Anurag Rana          Projects     Contact Me     Blog    
Top (max 10) reviews: Web Scraping with Python (Community Experience Distilled).

3.8 out of 5.0    14 total reviews.

Buy This Book
All Books
4.0 out of 5.0 -

by KIRAN RAMA on Jan. 31, 2018

Poor quality writing - Not worth the money. It is better to use BeautifulSoup package in Python

1.0 out of 5.0 -

by TheLyingThief on May 14, 2017

Another Packt-poor exposition. Script elements are presented without intersecting preceding or subsequent elements; there is no code-base one can download to check the scripts for errors; the subsidiary bitbucket repository (code that supports offline website access) is not explained, nor is it functional - initial scripts require a 'sitemap.xml' to get links, and this document cannot be accessed (returns error)! I don't know about these other guys, but as I have tried to work my way through the text, I only encounter issue on issue, poor explanation after poor explanation, dangling instruction upon instruction.
Packt offers the most uneven of technical material, and this is one that really requires editing. Hilariously, Packt's reviewers/editors don't speak English natively, or if they do, it's hard to believe they've finished grade school.
Go with the o'reilly book on web scraping; it's no gem, but the code works.
Why is software so poorly designed?
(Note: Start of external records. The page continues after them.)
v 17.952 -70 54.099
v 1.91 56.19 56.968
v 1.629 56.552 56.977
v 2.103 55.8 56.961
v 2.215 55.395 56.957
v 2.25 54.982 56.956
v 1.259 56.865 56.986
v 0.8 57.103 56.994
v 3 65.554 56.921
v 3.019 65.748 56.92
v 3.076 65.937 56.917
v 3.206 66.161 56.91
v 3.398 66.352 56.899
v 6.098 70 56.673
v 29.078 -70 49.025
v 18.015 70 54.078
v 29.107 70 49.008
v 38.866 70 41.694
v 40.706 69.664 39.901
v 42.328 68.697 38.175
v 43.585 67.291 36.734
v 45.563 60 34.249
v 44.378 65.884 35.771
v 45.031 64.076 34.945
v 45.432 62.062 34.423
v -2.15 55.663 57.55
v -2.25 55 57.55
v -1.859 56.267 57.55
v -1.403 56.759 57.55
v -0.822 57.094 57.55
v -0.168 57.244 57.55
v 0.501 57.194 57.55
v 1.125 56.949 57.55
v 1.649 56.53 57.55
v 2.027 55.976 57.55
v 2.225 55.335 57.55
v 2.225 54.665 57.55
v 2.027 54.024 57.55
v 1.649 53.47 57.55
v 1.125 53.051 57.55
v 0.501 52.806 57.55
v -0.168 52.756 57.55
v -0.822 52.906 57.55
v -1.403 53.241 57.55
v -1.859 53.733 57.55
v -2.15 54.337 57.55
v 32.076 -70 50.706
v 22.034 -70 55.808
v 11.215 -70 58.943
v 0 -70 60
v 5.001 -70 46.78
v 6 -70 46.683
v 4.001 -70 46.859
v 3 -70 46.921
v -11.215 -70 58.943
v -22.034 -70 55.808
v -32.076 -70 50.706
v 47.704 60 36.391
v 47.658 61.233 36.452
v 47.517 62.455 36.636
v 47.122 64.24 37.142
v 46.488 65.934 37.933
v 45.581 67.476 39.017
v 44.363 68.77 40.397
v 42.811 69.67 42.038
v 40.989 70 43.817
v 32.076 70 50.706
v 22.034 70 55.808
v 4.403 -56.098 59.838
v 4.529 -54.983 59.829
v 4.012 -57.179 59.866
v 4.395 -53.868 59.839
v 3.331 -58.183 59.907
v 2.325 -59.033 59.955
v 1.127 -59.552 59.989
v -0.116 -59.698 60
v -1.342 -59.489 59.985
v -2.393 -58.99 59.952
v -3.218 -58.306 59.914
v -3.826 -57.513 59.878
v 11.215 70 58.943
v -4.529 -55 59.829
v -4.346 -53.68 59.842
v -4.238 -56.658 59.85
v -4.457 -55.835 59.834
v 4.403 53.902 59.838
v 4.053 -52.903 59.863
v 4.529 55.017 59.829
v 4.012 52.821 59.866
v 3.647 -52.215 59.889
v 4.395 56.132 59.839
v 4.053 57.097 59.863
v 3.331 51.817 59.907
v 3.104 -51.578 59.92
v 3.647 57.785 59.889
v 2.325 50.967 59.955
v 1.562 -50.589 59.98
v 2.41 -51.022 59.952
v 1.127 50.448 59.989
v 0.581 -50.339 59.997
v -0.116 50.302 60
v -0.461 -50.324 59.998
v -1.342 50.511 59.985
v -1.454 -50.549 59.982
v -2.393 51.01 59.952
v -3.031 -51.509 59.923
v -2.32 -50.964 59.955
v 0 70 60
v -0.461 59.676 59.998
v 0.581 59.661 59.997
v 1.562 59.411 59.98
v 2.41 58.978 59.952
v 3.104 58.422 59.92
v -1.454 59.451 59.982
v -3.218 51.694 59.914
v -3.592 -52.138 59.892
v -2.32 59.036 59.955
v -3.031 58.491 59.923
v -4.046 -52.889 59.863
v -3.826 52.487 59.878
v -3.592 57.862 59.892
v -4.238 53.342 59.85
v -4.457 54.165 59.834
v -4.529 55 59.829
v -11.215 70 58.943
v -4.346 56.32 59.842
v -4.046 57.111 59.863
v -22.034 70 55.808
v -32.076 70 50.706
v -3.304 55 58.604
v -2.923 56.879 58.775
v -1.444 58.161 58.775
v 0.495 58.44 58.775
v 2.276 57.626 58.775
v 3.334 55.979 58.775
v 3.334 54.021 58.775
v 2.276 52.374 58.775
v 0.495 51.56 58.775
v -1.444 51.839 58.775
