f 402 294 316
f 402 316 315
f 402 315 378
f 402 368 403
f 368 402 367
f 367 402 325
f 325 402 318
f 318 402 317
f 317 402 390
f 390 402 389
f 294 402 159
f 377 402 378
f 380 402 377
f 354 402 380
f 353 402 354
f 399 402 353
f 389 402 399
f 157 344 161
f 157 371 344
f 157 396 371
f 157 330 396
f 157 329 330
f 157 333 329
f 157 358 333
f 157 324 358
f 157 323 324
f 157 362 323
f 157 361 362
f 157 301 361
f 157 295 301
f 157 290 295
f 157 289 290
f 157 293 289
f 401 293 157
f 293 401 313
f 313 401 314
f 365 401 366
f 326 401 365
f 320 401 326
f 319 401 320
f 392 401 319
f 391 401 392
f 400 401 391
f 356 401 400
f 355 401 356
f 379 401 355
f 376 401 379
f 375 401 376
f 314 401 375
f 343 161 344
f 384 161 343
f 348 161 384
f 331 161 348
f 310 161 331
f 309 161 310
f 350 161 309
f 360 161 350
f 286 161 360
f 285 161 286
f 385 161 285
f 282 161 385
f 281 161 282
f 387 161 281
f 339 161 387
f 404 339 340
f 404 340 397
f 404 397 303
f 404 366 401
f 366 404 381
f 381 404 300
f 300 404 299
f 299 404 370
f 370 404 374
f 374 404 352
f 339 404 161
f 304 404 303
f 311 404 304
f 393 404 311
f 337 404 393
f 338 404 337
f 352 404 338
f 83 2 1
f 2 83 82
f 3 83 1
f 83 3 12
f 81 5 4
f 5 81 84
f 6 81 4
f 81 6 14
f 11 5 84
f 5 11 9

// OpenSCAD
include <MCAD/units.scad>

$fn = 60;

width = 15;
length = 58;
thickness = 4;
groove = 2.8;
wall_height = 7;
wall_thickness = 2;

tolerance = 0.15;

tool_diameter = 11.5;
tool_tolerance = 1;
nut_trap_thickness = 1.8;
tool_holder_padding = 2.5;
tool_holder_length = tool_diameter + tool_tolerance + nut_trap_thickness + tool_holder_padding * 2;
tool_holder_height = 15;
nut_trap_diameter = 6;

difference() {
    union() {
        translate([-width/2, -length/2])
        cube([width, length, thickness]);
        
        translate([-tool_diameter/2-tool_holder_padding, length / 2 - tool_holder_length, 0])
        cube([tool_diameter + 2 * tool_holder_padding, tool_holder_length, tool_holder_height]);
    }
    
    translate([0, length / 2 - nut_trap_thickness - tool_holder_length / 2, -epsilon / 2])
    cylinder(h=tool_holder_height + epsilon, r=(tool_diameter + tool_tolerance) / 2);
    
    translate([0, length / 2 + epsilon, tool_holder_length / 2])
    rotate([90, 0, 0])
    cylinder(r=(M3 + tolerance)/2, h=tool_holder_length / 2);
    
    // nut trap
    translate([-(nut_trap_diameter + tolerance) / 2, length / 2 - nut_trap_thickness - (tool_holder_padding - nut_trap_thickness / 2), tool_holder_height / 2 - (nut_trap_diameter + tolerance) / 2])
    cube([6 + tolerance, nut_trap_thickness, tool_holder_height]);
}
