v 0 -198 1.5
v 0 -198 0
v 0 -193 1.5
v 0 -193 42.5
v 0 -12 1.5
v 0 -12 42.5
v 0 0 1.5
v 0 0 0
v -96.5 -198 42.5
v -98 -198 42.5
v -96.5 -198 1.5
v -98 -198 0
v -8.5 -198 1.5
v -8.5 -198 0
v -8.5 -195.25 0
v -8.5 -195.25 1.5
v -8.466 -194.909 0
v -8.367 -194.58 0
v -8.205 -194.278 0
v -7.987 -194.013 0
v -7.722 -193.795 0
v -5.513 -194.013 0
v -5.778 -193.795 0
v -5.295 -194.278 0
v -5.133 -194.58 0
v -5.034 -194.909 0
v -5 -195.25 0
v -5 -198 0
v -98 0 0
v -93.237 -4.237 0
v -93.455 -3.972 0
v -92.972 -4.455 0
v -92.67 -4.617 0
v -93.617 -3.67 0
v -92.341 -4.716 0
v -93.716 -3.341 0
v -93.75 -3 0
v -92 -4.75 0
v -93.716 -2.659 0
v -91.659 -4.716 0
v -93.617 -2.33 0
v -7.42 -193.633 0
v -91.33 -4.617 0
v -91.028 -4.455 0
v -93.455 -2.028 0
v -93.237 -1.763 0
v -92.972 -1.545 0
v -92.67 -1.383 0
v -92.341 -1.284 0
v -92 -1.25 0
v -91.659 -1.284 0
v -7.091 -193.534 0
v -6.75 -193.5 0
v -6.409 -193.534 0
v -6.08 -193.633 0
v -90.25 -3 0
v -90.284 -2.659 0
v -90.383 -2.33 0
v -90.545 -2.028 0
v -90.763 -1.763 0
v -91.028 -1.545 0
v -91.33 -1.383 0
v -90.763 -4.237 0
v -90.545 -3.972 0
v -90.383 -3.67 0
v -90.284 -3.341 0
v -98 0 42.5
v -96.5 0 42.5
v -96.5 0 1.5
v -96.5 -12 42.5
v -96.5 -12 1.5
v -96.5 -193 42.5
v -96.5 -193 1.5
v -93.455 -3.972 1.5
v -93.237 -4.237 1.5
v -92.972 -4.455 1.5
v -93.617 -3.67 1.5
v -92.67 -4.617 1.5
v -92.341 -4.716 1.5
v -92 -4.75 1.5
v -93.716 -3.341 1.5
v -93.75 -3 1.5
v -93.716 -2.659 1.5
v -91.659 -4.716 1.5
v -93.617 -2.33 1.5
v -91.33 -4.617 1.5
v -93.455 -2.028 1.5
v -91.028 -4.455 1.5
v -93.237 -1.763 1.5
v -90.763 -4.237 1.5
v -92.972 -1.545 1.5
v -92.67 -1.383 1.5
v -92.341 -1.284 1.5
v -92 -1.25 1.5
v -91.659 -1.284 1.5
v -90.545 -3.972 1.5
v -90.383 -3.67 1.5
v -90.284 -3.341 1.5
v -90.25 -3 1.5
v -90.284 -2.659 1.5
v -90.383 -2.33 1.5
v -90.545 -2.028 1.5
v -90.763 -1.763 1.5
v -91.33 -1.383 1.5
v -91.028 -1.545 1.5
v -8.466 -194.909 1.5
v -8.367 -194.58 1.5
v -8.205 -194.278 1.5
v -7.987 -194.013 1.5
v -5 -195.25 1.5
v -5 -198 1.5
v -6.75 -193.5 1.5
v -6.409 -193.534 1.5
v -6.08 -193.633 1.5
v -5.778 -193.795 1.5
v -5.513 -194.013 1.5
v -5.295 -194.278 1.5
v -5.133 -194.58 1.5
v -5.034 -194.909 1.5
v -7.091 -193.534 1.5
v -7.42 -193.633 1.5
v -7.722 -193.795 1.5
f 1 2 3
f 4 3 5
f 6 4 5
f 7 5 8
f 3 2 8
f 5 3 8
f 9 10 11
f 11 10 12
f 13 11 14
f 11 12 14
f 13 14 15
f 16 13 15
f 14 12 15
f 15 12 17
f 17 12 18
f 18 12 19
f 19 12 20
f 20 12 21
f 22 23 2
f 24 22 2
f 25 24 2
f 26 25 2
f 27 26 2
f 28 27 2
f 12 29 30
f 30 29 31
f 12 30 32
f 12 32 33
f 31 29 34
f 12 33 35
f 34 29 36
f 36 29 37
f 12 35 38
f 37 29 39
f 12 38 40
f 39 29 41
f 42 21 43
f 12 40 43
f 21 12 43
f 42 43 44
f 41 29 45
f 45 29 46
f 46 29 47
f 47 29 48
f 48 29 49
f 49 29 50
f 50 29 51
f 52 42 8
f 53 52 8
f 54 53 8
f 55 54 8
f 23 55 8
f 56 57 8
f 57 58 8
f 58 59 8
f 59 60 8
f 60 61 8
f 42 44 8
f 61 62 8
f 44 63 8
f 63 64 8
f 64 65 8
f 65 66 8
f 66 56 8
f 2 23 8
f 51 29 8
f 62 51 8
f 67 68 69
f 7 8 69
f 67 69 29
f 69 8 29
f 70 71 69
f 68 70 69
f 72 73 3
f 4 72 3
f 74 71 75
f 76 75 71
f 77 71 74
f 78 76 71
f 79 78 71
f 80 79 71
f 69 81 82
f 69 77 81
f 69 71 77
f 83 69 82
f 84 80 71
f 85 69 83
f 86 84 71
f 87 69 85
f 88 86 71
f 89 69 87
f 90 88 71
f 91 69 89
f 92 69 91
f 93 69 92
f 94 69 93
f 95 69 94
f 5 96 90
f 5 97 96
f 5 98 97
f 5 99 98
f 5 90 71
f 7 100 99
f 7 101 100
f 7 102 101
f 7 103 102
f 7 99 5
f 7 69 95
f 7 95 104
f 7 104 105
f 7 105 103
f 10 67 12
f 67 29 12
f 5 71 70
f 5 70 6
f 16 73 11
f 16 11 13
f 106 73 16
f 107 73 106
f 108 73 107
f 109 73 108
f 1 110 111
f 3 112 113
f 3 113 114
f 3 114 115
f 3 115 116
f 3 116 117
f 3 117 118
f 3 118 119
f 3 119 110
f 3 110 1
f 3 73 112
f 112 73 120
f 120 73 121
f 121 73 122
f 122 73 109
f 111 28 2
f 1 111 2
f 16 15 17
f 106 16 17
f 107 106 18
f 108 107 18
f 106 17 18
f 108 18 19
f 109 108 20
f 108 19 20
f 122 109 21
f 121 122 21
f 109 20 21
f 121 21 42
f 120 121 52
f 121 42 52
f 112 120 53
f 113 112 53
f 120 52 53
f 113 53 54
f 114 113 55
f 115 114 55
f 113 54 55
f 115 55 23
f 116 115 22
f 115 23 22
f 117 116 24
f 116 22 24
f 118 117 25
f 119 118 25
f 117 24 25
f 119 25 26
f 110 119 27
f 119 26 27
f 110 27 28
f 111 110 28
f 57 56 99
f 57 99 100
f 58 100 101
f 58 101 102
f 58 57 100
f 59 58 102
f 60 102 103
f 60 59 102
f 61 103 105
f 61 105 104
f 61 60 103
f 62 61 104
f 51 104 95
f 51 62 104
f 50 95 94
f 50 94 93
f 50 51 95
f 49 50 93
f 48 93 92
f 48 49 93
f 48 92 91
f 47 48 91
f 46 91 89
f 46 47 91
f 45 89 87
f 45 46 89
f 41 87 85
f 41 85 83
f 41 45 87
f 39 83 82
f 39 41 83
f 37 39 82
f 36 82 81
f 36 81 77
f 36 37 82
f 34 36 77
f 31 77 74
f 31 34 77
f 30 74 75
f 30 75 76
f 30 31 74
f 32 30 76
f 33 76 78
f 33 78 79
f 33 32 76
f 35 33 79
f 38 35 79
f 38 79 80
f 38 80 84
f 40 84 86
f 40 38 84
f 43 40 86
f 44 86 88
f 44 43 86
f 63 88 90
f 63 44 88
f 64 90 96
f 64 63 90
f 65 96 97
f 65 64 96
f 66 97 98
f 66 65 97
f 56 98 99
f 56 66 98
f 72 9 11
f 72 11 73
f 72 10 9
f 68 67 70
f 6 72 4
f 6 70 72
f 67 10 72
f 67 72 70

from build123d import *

# Parameters (mm, degrees)
ESQUISSE1_R        = 1.75
BOSS_EXTRU_1_DEPTH = 1.5
ESQUISSE2_W        = 96.5
ESQUISSE2_H        = 181
BOSS_EXTRU_2_DEPTH = 41


with BuildPart() as part:
    # Esquisse1 → Boss.-Extru.1 (new body)
    with BuildSketch(Plane.XY):
        with BuildLine():
            ThreePointArc((-8.5, -195.25), (-6.75, -193.5), (-5, -195.25))
            Line((-5, -195.25), (-5, -198))
            Line((-5, -198), (0, -198))
            Line((0, -198), (0, 0))
            Line((0, 0), (-98, 0))
            Line((-98, 0), (-98, -198))
            Line((-98, -198), (-8.5, -198))
            Line((-8.5, -198), (-8.5, -195.25))
        make_face()
        with Locations((-92, -3)):
            Circle(ESQUISSE1_R, mode=Mode.SUBTRACT)
    extrude(amount=BOSS_EXTRU_1_DEPTH)

    # Esquisse2 → Boss.-Extru.2 (add)
    with BuildSketch(Plane.XY.offset(1.5)):
        with Locations((-48.25, -102.5)):
            Rectangle(ESQUISSE2_W, ESQUISSE2_H)
        Polygon((-98, 0), (-98, -198), (-96.5, -198), (-96.5, -193), (-96.5, -12), (-96.5, 0), align=None)
    extrude(amount=BOSS_EXTRU_2_DEPTH)


solid = part.part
Because software/technical writers like Lawson lack an orderly approach to their work.
Ultimately, a disappointment made more bitter by the promise.
tlt

4.0 out of 5.0 -

by Julian Cook on Dec. 29, 2015

This is a good up-to-date book on grabbing data from web sources..especially for python users who are not professional developers. I have found that any time you collect data, you normally end up either needing to auto-refresh the data, or you end up needing meta-data about the raw data. He has a good example, which is country statistics - something that you may need to 'normalize' other statistical data you are already working with.
Typically python libs dealing with url fetching have very simple examples of the parser.parse("hello world") type, so you have no idea what to do with a real web page, like a 'needs login' page.
The author, to his credit, does not tell you to download a 'magic' python library.In these cases he gives a thorough walk-through on how to research the structure or scripting of the page and then go about fetching it via python. Most of the book is in fact devoted to analysis, rather than action.
The only parts that didn't seem particularly useful to me, were the chapters on creating crawlers and spiders. I don't see myself doing any of that and I don't see why an amateur or professional would use them. A professional would probably use Elasticsearch for instance.
Other than that the book will probably be useful for a long time.

3.0 out of 5.0 -

by Amazon Customer on Nov. 9, 2017

As reviewed, some examples of the first chapter (e.g. 'sitemap_crawler') doesn't work, and subsidiary bitbucket repository doesn't function. It's a shame.
But, almost every other examples are working well( (I'm starting chapter 4 now). I think this book has very good resources for anyone interested in web scraping. At least, you can practice with a real example website.
The O'reilly web scraping book and this one can be complementary. No book guides perfectly.
Notice: The example webpage addresses changed a little. Therefore you should change the addresses in your code, too.

5.0 out of 5.0 -

by Scott Prime on Dec. 17, 2015

Having no idea where to start I've found this to be a perfect introduction to getting information from the web. The code examples are for Python 2.7, though I was able to convert and muddle through using the utility 2to3.py
I would definitely recommend this book.

5.0 out of 5.0 -

by bbeny on March 23, 2017

I am a python guy and wanted to get into web scraping. This book was perfect for me. Very well written and great examples. Hope to see more from this author in the future.

5.0 out of 5.0 -

by Tim Crothers on Dec. 4, 2015

Hands down the best resource I've found for practical examples of how to write web scrapers in Python. The author's style is very easy to read and very practical focused. He also clearly knows the subject inside and out and does a great job of not only showing you actual working code to do everything but also covers multiple approaches for different situations as well as key pitfalls to avoid.

2.0 out of 5.0 -

by ps on April 28, 2016

This would be a good book if only it was updated to Python 3. As it is it's dated, most examples won't work at all (unless you fall back to Python 2). Some code can be tweaked to work with modern Python but at times like in chapter 6 the damage renders it useless. Overall a good book but for a previous age.

5.0 out of 5.0 -

by John Osborne on Dec. 4, 2015

If you are looking for ways to automatically gather and curate data off of webpages, this book is probably for you. There is a chapter on scrapy, a chapter on dealing with CAPTCHA, a chapter on handling dynamic (ie javascript based) pages, and a chapter on concurrent downloads, plus a few others covering housekeeping details like parsing scraped pages and caching. All in all, a book that provides a broad foundation on web scraping.